- **Provided material**:
________________________________________
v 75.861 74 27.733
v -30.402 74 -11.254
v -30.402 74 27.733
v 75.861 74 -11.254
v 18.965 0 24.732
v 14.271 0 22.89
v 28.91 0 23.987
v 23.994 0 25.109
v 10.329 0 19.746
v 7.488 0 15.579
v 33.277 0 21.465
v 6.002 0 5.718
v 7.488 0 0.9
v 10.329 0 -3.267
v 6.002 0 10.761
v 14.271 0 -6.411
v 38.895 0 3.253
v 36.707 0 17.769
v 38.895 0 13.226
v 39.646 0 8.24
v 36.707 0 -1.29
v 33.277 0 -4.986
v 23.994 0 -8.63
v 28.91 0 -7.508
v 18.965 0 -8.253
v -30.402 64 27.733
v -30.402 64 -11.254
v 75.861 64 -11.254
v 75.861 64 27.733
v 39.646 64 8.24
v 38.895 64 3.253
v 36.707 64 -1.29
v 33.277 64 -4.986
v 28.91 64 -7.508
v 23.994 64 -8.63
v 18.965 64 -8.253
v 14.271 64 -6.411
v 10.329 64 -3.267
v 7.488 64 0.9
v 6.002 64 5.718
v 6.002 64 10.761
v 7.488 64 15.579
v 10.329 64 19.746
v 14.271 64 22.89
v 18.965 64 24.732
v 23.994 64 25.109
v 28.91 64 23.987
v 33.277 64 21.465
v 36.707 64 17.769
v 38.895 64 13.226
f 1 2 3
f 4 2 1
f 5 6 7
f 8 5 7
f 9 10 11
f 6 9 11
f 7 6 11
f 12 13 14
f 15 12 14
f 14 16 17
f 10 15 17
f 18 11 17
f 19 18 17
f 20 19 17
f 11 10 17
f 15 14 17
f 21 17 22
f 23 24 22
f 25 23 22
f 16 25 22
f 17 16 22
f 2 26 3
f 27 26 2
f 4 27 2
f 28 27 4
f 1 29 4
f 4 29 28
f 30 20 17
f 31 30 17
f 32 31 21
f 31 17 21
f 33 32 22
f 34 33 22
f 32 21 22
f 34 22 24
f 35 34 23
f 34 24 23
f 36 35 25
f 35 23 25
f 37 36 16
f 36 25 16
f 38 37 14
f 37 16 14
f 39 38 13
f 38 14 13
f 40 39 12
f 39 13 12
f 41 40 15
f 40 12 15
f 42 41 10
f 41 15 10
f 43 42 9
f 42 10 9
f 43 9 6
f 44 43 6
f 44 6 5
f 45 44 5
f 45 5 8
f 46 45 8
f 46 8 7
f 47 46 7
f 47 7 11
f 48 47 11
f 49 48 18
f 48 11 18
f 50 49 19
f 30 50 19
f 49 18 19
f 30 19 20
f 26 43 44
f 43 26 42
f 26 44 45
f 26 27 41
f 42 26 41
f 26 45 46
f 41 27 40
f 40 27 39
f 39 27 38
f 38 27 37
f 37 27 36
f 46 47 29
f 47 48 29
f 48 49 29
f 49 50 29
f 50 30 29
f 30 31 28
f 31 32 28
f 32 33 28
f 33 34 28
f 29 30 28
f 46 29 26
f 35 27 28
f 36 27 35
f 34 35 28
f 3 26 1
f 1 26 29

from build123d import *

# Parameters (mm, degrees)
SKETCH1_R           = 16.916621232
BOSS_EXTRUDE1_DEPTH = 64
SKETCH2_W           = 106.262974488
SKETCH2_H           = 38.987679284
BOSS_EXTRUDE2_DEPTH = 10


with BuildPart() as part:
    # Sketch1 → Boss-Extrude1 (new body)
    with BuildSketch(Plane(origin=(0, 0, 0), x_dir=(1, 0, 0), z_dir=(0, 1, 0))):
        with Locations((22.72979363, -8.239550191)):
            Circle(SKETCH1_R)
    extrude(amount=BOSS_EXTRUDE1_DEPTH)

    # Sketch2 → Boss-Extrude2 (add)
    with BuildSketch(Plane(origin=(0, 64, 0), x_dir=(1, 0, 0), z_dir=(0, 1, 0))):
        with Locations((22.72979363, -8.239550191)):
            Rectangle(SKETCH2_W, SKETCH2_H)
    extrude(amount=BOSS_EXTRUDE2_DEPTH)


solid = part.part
________________________________________
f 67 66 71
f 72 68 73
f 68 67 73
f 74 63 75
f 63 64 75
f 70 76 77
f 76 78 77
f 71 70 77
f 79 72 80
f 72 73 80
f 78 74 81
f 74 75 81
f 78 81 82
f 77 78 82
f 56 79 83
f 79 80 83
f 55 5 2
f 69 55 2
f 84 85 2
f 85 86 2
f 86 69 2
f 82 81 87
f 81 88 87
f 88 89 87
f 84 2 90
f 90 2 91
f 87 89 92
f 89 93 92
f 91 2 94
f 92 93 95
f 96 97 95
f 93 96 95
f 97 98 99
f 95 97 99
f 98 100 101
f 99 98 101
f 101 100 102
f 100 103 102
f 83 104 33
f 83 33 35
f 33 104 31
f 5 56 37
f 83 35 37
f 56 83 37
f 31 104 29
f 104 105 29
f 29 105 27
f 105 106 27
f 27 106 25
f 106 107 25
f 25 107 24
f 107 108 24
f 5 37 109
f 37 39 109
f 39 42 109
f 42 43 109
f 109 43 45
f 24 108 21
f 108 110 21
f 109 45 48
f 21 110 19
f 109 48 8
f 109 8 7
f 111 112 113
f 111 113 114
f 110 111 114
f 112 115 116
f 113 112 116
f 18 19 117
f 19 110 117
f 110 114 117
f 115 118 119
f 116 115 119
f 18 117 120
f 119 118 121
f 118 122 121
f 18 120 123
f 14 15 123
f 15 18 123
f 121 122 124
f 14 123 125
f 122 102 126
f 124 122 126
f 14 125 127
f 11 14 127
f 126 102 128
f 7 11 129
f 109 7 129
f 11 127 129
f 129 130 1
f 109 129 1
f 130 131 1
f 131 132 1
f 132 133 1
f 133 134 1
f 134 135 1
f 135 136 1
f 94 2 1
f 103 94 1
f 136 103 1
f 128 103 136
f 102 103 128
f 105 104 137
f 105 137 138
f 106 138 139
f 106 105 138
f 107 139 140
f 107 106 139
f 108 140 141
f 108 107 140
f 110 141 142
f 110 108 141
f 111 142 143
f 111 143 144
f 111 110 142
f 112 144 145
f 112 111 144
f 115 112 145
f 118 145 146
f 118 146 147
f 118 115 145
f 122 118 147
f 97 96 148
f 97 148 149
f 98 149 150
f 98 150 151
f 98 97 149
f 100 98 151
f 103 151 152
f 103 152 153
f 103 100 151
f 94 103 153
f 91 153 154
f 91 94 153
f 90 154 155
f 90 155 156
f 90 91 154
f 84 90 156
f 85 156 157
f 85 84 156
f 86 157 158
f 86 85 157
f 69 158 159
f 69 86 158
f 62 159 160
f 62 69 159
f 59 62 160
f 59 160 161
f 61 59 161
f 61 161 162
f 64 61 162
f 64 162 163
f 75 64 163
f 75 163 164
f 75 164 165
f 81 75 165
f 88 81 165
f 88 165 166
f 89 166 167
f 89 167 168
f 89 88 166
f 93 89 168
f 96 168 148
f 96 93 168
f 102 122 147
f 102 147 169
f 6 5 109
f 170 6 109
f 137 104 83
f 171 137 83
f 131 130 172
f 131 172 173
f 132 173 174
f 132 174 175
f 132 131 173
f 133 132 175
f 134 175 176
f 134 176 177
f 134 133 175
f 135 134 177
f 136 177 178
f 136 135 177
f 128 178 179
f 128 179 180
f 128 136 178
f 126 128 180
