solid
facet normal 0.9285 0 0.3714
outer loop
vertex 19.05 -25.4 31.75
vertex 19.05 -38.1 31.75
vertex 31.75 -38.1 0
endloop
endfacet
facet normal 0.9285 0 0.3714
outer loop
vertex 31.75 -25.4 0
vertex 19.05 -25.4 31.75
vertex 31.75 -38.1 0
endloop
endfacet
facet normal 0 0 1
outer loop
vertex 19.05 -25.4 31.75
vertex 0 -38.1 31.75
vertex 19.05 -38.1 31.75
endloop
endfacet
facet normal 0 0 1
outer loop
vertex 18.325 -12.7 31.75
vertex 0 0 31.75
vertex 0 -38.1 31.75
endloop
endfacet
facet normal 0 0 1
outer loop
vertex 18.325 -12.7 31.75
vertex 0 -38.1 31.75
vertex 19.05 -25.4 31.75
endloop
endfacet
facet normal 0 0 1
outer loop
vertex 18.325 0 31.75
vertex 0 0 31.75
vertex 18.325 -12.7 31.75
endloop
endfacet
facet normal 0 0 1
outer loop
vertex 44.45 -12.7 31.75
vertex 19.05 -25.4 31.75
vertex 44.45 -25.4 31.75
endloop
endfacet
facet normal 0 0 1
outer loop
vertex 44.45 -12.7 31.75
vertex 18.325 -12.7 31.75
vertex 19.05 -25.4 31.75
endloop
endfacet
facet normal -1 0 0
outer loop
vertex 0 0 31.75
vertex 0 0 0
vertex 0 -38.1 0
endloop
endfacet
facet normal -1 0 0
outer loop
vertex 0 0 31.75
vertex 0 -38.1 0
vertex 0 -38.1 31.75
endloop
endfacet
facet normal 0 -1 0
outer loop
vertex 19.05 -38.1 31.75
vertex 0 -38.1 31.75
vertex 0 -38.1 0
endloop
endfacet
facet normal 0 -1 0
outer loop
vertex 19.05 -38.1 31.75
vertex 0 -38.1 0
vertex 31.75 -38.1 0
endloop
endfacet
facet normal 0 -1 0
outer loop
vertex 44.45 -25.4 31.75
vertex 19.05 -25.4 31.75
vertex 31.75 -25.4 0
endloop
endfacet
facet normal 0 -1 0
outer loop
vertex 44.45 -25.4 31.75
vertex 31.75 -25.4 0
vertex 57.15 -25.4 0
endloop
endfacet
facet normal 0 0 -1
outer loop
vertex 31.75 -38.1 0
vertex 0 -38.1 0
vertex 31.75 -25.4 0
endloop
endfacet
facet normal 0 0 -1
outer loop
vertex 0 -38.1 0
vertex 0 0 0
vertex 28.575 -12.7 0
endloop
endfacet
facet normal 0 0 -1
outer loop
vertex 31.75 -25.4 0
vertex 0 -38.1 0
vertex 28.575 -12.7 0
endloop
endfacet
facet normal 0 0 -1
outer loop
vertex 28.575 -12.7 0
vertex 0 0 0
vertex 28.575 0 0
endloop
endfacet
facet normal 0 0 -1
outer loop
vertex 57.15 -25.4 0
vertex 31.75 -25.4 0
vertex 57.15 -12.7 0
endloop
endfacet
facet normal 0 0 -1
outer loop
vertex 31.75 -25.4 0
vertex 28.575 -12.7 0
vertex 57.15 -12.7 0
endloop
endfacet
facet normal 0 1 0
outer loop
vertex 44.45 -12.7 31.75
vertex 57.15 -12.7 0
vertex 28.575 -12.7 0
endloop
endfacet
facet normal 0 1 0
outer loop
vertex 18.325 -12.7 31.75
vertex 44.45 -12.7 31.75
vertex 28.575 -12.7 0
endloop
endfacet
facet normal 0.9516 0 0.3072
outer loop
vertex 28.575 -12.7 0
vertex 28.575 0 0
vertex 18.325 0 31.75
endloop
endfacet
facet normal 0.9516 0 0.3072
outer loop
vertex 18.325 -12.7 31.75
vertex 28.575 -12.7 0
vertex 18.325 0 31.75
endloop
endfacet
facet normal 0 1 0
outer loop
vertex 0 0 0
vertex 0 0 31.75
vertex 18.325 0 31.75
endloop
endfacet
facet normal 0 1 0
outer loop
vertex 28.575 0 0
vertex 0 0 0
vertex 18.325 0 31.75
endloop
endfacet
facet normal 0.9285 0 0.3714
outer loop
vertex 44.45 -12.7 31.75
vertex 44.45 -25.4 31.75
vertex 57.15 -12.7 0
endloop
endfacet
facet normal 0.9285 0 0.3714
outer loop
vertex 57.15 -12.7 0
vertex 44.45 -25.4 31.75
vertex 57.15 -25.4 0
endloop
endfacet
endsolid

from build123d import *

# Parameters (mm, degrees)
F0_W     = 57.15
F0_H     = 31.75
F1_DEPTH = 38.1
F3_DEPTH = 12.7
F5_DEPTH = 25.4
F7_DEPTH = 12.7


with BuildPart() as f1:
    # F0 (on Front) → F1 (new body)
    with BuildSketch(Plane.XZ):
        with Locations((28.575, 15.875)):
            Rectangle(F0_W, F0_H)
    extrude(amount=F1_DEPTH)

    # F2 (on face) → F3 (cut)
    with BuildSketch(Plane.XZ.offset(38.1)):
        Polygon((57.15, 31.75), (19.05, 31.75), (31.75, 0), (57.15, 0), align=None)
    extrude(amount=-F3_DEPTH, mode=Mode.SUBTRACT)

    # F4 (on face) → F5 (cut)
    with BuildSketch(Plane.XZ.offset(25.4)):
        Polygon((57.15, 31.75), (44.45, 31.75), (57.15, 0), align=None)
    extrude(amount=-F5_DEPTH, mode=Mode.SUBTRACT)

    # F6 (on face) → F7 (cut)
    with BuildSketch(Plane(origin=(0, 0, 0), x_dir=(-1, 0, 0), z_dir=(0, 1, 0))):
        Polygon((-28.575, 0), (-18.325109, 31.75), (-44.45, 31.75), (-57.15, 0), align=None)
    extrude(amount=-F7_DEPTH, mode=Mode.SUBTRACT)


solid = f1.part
________________________________________
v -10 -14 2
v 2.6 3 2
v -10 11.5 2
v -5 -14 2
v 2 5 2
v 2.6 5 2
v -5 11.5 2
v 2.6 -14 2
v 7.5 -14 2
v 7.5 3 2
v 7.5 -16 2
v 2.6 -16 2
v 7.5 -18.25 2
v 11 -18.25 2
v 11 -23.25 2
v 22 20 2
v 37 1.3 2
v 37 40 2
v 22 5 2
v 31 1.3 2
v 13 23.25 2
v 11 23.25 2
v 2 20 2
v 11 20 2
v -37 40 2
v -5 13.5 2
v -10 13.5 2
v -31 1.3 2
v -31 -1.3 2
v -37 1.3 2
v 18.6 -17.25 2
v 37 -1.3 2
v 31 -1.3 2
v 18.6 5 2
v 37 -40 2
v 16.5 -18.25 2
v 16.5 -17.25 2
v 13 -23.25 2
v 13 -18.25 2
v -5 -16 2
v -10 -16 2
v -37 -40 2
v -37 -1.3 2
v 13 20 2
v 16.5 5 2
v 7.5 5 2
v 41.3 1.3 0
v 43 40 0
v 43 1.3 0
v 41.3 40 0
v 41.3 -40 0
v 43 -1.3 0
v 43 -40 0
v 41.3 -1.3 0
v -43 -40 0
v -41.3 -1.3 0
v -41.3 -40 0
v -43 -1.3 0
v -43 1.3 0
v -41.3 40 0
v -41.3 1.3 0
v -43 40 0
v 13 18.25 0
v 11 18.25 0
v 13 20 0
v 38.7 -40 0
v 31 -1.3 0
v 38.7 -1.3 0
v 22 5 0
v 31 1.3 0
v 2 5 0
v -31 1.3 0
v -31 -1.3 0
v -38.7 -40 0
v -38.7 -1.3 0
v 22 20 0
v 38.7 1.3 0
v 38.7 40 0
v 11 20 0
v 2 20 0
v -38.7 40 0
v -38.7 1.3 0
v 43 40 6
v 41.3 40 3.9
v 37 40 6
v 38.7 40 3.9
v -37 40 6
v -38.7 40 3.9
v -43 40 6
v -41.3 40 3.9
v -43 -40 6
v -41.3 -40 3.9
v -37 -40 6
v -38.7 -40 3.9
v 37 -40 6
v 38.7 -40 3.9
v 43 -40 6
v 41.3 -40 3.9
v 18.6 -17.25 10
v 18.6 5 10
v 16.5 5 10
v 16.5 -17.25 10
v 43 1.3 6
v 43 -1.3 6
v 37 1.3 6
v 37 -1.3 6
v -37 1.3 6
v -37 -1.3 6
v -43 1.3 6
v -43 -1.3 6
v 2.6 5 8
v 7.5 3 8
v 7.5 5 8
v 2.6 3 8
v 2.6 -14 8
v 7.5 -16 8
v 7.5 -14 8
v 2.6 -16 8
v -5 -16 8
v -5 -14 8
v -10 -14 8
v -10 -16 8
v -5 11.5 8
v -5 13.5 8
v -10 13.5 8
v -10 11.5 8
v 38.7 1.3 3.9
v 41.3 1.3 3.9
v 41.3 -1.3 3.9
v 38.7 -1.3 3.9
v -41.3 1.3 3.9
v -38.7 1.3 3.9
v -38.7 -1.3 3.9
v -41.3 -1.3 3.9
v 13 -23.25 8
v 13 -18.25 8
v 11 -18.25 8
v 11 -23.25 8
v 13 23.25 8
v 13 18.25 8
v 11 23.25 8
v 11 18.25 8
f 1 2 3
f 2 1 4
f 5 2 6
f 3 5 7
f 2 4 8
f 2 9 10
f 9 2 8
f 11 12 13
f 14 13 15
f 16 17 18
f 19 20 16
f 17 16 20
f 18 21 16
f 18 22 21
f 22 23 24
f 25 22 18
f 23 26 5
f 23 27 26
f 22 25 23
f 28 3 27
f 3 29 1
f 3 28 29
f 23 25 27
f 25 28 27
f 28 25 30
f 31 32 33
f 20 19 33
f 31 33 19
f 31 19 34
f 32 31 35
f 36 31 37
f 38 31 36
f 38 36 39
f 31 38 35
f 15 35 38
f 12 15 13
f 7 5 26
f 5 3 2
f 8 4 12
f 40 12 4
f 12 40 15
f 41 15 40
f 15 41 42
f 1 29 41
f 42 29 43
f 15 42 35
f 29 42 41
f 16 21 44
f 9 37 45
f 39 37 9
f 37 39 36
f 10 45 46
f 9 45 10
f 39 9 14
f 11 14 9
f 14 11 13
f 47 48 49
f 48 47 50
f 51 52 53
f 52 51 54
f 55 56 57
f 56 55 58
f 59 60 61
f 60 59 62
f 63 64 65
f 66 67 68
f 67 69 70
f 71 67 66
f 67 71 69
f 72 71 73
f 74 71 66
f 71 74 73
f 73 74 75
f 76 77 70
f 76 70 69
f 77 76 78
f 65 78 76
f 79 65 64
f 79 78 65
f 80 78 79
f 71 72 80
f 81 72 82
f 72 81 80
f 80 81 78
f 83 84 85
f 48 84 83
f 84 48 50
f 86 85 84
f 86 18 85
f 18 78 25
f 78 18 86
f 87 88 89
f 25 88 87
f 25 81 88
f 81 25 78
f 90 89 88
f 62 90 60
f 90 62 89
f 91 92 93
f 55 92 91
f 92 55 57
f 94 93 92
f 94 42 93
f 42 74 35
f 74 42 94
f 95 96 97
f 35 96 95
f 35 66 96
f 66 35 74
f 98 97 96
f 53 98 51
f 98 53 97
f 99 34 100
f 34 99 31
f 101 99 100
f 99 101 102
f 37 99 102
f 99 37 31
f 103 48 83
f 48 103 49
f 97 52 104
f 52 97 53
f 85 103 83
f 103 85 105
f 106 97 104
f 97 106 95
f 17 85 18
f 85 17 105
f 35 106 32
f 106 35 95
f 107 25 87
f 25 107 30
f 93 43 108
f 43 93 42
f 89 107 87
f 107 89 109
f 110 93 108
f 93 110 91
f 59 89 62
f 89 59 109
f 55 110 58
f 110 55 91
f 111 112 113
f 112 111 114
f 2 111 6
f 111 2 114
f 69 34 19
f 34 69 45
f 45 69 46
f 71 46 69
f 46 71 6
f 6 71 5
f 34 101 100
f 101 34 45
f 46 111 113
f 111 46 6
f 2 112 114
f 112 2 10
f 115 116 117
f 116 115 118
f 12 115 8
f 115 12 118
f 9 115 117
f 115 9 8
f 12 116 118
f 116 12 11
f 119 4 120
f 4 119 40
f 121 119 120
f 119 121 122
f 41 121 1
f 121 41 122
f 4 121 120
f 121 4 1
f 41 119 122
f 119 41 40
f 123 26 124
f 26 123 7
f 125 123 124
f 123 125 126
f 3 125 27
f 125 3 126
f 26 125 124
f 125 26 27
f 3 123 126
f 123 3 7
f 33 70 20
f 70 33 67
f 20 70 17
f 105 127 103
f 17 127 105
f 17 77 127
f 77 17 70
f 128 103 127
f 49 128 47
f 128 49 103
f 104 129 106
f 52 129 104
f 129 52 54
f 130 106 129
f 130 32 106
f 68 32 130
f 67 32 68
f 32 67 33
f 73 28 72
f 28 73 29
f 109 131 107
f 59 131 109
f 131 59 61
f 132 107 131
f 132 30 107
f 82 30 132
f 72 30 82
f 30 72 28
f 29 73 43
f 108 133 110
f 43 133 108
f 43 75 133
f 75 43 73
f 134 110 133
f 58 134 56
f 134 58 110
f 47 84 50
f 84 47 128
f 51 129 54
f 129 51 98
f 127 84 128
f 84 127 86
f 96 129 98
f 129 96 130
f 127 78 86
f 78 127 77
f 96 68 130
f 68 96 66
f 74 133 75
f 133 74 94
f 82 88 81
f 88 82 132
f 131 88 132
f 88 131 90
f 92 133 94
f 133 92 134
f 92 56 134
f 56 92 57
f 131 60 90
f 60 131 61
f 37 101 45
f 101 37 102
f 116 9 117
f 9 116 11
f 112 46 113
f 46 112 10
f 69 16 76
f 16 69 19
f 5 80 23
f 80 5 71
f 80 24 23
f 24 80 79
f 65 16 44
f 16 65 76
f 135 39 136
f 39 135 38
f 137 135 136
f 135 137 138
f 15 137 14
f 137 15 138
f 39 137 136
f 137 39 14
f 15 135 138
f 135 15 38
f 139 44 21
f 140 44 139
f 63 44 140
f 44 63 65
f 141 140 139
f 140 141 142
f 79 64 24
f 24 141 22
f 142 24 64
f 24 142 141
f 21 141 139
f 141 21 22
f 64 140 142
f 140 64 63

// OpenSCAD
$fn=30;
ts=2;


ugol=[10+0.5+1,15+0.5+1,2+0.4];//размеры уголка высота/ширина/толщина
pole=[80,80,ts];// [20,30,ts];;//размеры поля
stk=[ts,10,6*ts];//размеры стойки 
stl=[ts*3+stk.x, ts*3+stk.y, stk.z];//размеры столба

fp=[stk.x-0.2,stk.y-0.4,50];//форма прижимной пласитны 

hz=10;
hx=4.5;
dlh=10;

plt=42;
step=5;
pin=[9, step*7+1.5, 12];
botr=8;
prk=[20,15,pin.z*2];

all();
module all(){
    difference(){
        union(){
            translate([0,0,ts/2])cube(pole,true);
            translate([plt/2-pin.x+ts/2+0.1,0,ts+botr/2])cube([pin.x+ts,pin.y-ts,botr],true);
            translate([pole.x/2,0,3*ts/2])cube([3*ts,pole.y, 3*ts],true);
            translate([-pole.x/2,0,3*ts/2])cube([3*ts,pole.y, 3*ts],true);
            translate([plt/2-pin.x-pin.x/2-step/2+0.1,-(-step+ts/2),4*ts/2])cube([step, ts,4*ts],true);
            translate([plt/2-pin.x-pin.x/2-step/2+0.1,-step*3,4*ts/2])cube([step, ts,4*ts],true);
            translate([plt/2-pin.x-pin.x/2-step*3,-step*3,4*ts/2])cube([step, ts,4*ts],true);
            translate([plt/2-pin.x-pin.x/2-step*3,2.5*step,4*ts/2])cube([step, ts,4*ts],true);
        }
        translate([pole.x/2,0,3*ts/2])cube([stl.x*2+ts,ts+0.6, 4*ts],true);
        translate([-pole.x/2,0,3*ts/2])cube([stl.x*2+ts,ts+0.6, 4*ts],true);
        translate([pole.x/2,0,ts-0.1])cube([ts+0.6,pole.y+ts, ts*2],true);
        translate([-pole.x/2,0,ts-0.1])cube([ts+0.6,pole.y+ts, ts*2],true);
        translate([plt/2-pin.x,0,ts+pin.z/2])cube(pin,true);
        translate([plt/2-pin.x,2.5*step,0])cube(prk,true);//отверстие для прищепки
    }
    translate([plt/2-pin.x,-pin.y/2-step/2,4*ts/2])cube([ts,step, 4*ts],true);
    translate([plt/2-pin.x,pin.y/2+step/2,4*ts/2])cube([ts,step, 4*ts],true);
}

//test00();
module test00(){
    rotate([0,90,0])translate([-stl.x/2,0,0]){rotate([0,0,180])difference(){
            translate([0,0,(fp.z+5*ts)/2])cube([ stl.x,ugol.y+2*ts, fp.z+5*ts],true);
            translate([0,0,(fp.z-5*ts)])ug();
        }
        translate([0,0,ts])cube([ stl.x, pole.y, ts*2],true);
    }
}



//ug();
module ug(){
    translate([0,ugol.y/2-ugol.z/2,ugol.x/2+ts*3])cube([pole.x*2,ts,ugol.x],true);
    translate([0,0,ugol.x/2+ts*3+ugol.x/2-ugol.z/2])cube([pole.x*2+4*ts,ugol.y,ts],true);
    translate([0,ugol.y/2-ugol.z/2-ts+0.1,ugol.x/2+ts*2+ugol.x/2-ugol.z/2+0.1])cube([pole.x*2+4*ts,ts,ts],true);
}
________________________________________
- **Instructions to follow**:
Copy out precisely the lines from the line with "f 107 139 140" to the line with "f 98 150 151" in the material above, including those two lines and omitting all the rest.

- **Task output**:
f 107 139 140
f 107 106 139
f 108 140 141
f 108 107 140
f 110 141 142
f 110 108 141
f 111 142 143
f 111 143 144
f 111 110 142
f 112 144 145
f 112 111 144
f 115 112 145
f 118 145 146
f 118 146 147
f 118 115 145
f 122 118 147
f 97 96 148
f 97 148 149
f 98 149 150
f 98 150 151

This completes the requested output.